Bias dependent pre-exponential factor and activation energy for the hydrogen evolution reaction in alkali. (a, b) log A vs E_A for PGMs and iron triad in alkali, respectively. The 3–4 nm PGM nanoparticles display a similar behavior as in acid, but with a higher E_A(η). Reference measurements on polycrystalline Pt foils in 0.1 M KOH (inset in (a)) result in the same compensation slope as for the other metals in base. (c) log A vs E_A for coinage metals in alkali with a very similar compensation slope as the d-band metals in alkali (panel (b)), but substantially lower compared to the slopes of the coinage metals in acid of Δlog A(η)·ΔE_A(η)⁻¹ ∼ 0.37–0.41 mol kJ^–1 (Figure 2c).
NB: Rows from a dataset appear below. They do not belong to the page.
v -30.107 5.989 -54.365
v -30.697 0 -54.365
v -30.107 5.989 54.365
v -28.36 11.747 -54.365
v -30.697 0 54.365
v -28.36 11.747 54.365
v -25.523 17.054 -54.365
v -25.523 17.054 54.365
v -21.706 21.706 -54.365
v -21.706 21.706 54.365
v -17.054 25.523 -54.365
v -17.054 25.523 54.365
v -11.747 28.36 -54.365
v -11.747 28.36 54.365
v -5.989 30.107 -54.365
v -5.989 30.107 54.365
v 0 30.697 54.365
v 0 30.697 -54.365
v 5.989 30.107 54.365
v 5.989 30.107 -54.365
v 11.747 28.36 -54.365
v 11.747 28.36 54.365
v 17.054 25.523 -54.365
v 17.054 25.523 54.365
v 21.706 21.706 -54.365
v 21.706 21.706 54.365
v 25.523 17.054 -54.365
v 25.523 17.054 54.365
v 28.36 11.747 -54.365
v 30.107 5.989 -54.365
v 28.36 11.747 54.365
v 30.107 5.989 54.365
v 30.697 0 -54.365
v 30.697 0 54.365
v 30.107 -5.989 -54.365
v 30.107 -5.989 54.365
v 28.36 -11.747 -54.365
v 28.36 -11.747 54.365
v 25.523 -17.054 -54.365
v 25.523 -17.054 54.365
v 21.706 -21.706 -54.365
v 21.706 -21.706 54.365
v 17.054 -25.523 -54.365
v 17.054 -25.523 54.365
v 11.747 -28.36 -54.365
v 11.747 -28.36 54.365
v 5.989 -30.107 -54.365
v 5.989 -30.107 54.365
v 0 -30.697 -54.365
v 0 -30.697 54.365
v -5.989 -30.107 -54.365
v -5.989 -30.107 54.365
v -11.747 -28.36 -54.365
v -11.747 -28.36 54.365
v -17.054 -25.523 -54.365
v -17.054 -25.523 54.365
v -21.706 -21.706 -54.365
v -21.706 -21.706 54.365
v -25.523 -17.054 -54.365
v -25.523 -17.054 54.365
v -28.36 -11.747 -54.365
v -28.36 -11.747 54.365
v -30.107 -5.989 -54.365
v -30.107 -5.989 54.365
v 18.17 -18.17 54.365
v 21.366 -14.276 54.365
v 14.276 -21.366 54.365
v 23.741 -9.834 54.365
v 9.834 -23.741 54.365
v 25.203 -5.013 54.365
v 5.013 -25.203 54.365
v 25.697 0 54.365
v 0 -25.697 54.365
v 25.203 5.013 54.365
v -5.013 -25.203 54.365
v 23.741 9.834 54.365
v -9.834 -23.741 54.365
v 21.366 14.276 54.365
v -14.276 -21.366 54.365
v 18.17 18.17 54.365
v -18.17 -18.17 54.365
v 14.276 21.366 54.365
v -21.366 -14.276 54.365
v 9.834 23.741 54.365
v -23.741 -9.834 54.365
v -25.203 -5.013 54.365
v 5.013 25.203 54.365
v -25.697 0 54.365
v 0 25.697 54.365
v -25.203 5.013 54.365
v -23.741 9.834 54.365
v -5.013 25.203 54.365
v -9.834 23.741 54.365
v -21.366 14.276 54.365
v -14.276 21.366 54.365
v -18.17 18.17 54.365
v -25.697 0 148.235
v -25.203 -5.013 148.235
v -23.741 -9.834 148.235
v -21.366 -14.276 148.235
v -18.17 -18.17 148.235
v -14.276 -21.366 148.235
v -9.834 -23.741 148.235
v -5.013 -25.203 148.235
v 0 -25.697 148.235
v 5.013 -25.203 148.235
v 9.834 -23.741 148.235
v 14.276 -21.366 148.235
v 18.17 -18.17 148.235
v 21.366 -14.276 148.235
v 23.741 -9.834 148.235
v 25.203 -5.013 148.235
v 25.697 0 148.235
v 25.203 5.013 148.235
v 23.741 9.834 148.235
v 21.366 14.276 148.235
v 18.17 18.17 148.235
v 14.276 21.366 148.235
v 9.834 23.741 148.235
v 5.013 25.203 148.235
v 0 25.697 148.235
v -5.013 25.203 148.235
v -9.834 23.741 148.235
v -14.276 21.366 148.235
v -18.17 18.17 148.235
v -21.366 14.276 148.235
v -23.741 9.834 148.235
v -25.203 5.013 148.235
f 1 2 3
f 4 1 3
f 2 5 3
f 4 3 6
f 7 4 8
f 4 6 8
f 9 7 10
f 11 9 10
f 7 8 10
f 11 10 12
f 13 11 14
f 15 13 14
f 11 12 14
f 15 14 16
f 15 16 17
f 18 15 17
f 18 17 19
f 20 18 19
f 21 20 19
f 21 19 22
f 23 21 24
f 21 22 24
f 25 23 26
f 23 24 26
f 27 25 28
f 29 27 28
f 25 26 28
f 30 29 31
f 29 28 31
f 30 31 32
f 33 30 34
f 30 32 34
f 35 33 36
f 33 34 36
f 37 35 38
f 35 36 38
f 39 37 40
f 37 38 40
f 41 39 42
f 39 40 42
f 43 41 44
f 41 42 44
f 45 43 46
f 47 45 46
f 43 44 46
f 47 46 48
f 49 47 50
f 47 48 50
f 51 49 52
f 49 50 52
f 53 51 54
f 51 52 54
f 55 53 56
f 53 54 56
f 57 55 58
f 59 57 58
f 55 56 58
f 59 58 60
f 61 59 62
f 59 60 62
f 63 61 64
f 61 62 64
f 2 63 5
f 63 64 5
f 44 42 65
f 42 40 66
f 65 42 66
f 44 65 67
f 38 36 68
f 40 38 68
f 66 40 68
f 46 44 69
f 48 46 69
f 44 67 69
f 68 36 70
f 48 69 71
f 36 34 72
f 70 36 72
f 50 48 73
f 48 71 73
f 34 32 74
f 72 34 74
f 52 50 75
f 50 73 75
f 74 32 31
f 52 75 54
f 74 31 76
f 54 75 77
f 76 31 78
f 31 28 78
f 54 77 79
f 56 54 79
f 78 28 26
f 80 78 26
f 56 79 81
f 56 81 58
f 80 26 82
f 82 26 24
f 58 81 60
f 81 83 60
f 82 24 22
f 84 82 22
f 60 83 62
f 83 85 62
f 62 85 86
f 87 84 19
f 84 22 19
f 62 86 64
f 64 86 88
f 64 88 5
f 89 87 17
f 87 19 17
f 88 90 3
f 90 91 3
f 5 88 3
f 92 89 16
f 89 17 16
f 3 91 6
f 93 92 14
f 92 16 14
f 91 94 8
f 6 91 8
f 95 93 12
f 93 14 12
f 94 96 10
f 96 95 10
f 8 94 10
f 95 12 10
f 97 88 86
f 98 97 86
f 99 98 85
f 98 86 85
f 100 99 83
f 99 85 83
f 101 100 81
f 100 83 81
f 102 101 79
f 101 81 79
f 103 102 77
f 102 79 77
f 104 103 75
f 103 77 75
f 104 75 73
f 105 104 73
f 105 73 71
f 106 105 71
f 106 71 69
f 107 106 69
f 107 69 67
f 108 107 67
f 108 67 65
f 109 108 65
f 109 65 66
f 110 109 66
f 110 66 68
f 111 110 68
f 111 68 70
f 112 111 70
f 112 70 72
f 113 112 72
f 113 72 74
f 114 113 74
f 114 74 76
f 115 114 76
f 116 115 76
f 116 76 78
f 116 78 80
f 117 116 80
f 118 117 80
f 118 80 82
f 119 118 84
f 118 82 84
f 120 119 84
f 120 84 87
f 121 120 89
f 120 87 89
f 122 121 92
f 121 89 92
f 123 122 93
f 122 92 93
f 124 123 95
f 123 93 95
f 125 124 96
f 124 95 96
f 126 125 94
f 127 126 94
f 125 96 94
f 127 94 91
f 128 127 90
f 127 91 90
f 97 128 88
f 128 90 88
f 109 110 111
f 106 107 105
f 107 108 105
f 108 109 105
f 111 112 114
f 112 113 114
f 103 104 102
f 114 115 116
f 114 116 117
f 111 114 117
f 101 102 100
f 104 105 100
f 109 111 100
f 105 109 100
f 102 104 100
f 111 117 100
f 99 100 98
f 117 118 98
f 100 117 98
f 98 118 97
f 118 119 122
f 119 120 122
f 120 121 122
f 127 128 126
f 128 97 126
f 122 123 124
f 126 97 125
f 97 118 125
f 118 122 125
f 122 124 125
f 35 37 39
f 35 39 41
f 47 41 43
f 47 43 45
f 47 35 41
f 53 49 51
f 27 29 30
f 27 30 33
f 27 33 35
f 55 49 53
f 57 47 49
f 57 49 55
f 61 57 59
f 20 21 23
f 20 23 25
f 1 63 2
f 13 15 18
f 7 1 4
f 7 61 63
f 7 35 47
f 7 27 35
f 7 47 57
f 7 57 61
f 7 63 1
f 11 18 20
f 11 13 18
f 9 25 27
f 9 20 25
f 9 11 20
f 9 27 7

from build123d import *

# Parameters (mm, degrees)
F0_W     = 30.6967236102
F0_H     = 108.7295114994
F2_T     = -5
F3_DEPTH = 25
F4_DEPTH = 172.6


with BuildPart() as f1:
    # F0 (on Front) → F1 (revolve)
    with BuildSketch(Plane.XZ):
        with Locations((-15.3483618051, 0)):
            Rectangle(F0_W, F0_H)
    revolve(axis=Axis((0, 0, -2.295082435), (0, 0, -1)))

    # F2
    f2_openings = [f1.faces().sort_by_distance(p)[0] for p in [
        (0, 0, 54.364756),
    ]]
    offset(amount=F2_T, openings=f2_openings)

    # F3 (add): a face of the model
    f3_faces = [f1.faces().sort_by_distance(p)[0] for p in [
        (0, 0, -49.3647557497),
    ]]
    extrude(f3_faces, amount=F3_DEPTH)

    # F4 (add): a face of the model
    f4_faces = [f1.faces().sort_by_distance(p)[0] for p in [
        (0, 0, -24.3647557497),
    ]]
    extrude(f4_faces, amount=F4_DEPTH)


solid = f1.part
All listed potentials are cathodic overpotentials. For all catalysts, a low loading of 5–50 μg_metal cm^–2 was used to limit the impact of mass transport and interfering kinetics of the internal reference electrode. Values are means and error bars reflect standard deviation for E_A (slope) and A (intercept) from Arrhenius analysis, based on five observations (temperatures). The gray diagonal lines in the background are iso-current lines at 65 °C, i.e., pairs of log A and E_A that result in the same current.

Figure 4

The absence of unifying HER kinetics. (a) Exemplary Tafel plots for the HER in acid at 65 °C. (b) Overview of log A vs E_A across metals from Figure 2 and 3 at low overpotentials with arrow direction based on two successive potentials, for the PGMs a slightly higher potential was chosen due to the impact of the reverse hydrogen oxidation reaction. Gray diagonal lines in the background are iso-current lines at 65 °C.

Figure 5

Impact of anion adsorption on the HER kinetics of Au nanoparticles. The Nafion-containing gas diffusion electrodes were used as prepared (pristine) or soaked for 12 h in 1 M HClO₄, H₂SO₄, and KCl prior to assembly. Subsequently, the GDEs were operated in the H₂ pump membrane electrode assembly that uses the reversible hydrogen oxidation reaction as counter and internal reference electrode. Strongly adsorbing anions (SO₄^2– and Cl^–) lead to a distinct change in the kinetics. At higher overpotentials, the pre-exponential factor saturates and the kinetics switch into a fast Butler–Volmer regime, where the reduction of the activation energy in the Boltzmann factor leads to rapid acceleration of the rates. In contrast, weakly adsorbing anions (ClO₄^–) lead to negligible change in the bias dependent kinetics compared to the pristine Nafion. Note, the absolute rate is substantially suppressed for ClO₄^–, which might be caused by nontrivial (co)ion-exchange. Bias dependent pre-exponential factor, log A(η), and activation energy, E_A(η), from Arrhenius analysis, based on five observations (temperatures). The gray diagonal lines in the background are iso-current lines at 65 °C, i.e., pairs of log A and E_A that result in the same current.

Figure 6

Bias dependent activation enthalpy and entropy compensation in electrocatalysis. Starting at low overpotentials, the excess charge and, thus, electric fields, at the solid–electrolyte interface increase, causing an increasing activation entropy for the solvation step, ΔS_sol(η), likely due to ion delocalization in the ordered hydrogen bond network. However, the increasing excess charge at the surface is penalized by an increasing activation energy, E_A(η). Once the water is ordered sufficiently, ion solvation becomes fast and the bias starts to reduce the activation enthalpy of the intermediates over the (capacitively charged) catalyst surface. This transition region in the kinetics is critical to speed up reactions and switch into the fast Butler–Volmer regime where activation energies decrease with bias. However, with increasing coverage of intermediates (green circles), the surface configurational entropy, ΔS_surf(η), decreases due to a change of the number of microstates on the surface. Here, different compensation slopes might reflect what are traditionally considered the Volmer or Heyrovsky rate-determining step.